Method: Data from the Multisite Violence Prevention Project (MVPP) on two cohorts of students (N=5,106) from 37 schools in four communities (MVPP, 2004) are used. Data were collected as part of a randomized trial where schools were randomly assigned to one of four conditions: a universal intervention, a selective intervention, a combined intervention, or no intervention. This study uses data from fall of 6th grade prior to the intervention for each cohort. Students completed measures of aggression, victimization and school climate including norms supporting aggression and nonviolence, student-teacher relationships, and awareness and reporting of peer victimization; their teachers completed measures of student-teacher relationships, staff relationships, and awareness and reporting of peer victimization. We use BMLC models to identify classes of aggression and peer victimization (level 1) and examine the influence of school climate (level 2) on classes, building on models developed by Vermunt (2003) and implemented, among others, in Henry and MutheĢn (2010)

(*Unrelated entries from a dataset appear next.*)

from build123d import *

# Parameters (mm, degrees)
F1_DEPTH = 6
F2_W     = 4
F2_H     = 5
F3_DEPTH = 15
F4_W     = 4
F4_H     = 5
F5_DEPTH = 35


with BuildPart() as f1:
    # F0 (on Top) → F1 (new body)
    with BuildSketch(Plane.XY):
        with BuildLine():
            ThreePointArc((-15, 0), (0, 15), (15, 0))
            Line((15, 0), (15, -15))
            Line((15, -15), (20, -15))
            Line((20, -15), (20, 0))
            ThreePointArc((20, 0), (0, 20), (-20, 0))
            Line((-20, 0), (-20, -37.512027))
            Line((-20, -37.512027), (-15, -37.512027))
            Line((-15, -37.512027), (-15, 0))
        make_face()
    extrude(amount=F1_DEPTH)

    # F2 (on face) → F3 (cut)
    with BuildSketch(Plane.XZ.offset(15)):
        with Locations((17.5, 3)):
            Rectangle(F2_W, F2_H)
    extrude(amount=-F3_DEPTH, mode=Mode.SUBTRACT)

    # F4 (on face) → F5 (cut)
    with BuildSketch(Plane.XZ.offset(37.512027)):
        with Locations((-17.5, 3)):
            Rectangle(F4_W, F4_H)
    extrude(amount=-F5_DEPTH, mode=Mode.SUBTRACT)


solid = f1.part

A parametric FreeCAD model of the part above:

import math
import FreeCAD as App
import Part
import Sketcher

V = App.Vector
Q = App.Units.Quantity

doc = App.newDocument("Part")
body = doc.addObject("PartDesign::Body", "Body")

sketch1 = body.newObject("Sketcher::SketchObject", "Sketch")
sketch1.AttachmentSupport = (doc.getObject("XY_Plane"), [""])
sketch1.MapMode = "FlatFace"
sketch1.addGeometry([
    Part.ArcOfCircle(Part.Circle(V(0, 0, 0), V(0, 0, 1), 15), math.radians(0), math.radians(180)),
    Part.LineSegment(V(15, 0, 0), V(15, -15, 0)),
    Part.LineSegment(V(15, -15, 0), V(20, -15, 0)),
    Part.LineSegment(V(20, -15, 0), V(20, 0, 0)),
    Part.ArcOfCircle(Part.Circle(V(0, 0, 0), V(0, 0, 1), 20), math.radians(0), math.radians(180)),
    Part.LineSegment(V(-20, 0, 0), V(-20, -38, 0)),
    Part.LineSegment(V(-20, -38, 0), V(-15, -38, 0)),
    Part.LineSegment(V(-15, -38, 0), V(-15, 0, 0)),
], False)
sketch1.addConstraint([
    Sketcher.Constraint("Tangent", 0, 1, 1, 1),
    Sketcher.Constraint("Coincident", 1, 2, 2, 1),
    Sketcher.Constraint("Coincident", 2, 2, 3, 1),
    Sketcher.Constraint("Tangent", 3, 2, 4, 1),
    Sketcher.Constraint("Tangent", 4, 2, 5, 1),
    Sketcher.Constraint("Coincident", 5, 2, 6, 1),
    Sketcher.Constraint("Coincident", 6, 2, 7, 1),
    Sketcher.Constraint("Tangent", 7, 2, 0, 2),
    Sketcher.Constraint("Vertical", 1),
    Sketcher.Constraint("Horizontal", 2),
    Sketcher.Constraint("Vertical", 3),
    Sketcher.Constraint("Vertical", 5),
    Sketcher.Constraint("Horizontal", 6),
    Sketcher.Constraint("Vertical", 7),
    Sketcher.Constraint("Coincident", 0, 3, -1, 1),
    Sketcher.Constraint("Coincident", 4, 3, -1, 1),
    Sketcher.Constraint("Radius", 0, Q("15 mm")),
    Sketcher.Constraint("Radius", 4, Q("20 mm")),
    Sketcher.Constraint("DistanceY", 1, 2, 1, 1, Q("15 mm")),
    Sketcher.Constraint("DistanceY", 5, 2, 5, 1, Q("37.512027 mm")),
])
pad1 = body.newObject("PartDesign::Pad", "Pad")
pad1.Profile = sketch1
pad1.Length = 6

sketch2 = body.newObject("Sketcher::SketchObject", "Sketch001")
sketch2.AttachmentSupport = (doc.getObject("XZ_Plane"), [""])
sketch2.MapMode = "FlatFace"
sketch2.AttachmentOffset = App.Placement(V(0, 0, 15), App.Rotation())
sketch2.addGeometry([
    Part.LineSegment(V(15.5, 5.5, 0), V(15.5, 0.5, 0)),
    Part.LineSegment(V(15.5, 0.5, 0), V(19.5, 0.5, 0)),
    Part.LineSegment(V(19.5, 0.5, 0), V(19.5, 5.5, 0)),
    Part.LineSegment(V(19.5, 5.5, 0), V(15.5, 5.5, 0)),
], False)
sketch2.addConstraint([
    Sketcher.Constraint("Coincident", 0, 2, 1, 1),
    Sketcher.Constraint("Coincident", 1, 2, 2, 1),
    Sketcher.Constraint("Coincident", 2, 2, 3, 1),
    Sketcher.Constraint("Coincident", 3, 2, 0, 1),
    Sketcher.Constraint("Vertical", 0),
    Sketcher.Constraint("Horizontal", 1),
    Sketcher.Constraint("Vertical", 2),
    Sketcher.Constraint("Horizontal", 3),
    Sketcher.Constraint("DistanceX", 1, 1, 1, 2, Q("4 mm")),
    Sketcher.Constraint("DistanceY", 0, 2, 0, 1, Q("5 mm")),
    Sketcher.Constraint("DistanceX", -1, 1, 0, 2, Q("15.5 mm")),
    Sketcher.Constraint("DistanceY", -1, 1, 0, 2, Q("0.5 mm")),
])
pocket1 = body.newObject("PartDesign::Pocket", "Pocket")
pocket1.Profile = sketch2
pocket1.Length = 15

sketch3 = body.newObject("Sketcher::SketchObject", "Sketch002")
sketch3.AttachmentSupport = (doc.getObject("XZ_Plane"), [""])
sketch3.MapMode = "FlatFace"
sketch3.AttachmentOffset = App.Placement(V(0, 0, 37.512027), App.Rotation())
sketch3.addGeometry([
    Part.LineSegment(V(-19.5, 5.5, 0), V(-19.5, 0.5, 0)),
    Part.LineSegment(V(-19.5, 0.5, 0), V(-15.5, 0.5, 0)),
    Part.LineSegment(V(-15.5, 0.5, 0), V(-15.5, 5.5, 0)),
    Part.LineSegment(V(-15.5, 5.5, 0), V(-19.5, 5.5, 0)),
], False)
sketch3.addConstraint([
    Sketcher.Constraint("Coincident", 0, 2, 1, 1),
    Sketcher.Constraint("Coincident", 1, 2, 2, 1),
    Sketcher.Constraint("Coincident", 2, 2, 3, 1),
    Sketcher.Constraint("Coincident", 3, 2, 0, 1),
    Sketcher.Constraint("Vertical", 0),
    Sketcher.Constraint("Horizontal", 1),
    Sketcher.Constraint("Vertical", 2),
    Sketcher.Constraint("Horizontal", 3),
    Sketcher.Constraint("DistanceX", 1, 1, 1, 2, Q("4 mm")),
    Sketcher.Constraint("DistanceY", 0, 2, 0, 1, Q("5 mm")),
    Sketcher.Constraint("DistanceX", 0, 2, -1, 1, Q("19.5 mm")),
    Sketcher.Constraint("DistanceY", -1, 1, 0, 2, Q("0.5 mm")),
])
pocket2 = body.newObject("PartDesign::Pocket", "Pocket001")
pocket2.Profile = sketch3
pocket2.Length = 35

doc.recompute()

Results: The priors used for the BMLC will be captured from a study by Bettencourt and Farrell, 2013, which found 4 latent classes: non-victimized aggressors, aggressive-victims, predominantly victimized and well-adjusted. Additional analyses are being conducted to examine the influence of school climate at level 2 on level 1 classes.
Discussion: Use of Bayesian estimation methods are not terribly commonly in prevention science but could prove to be incredibly useful with the increasing complexity of data available to researchers. The Bayesian approach is appealing because of the use of informative priors, reduced computation time, and the ability to handle a small number of clusters.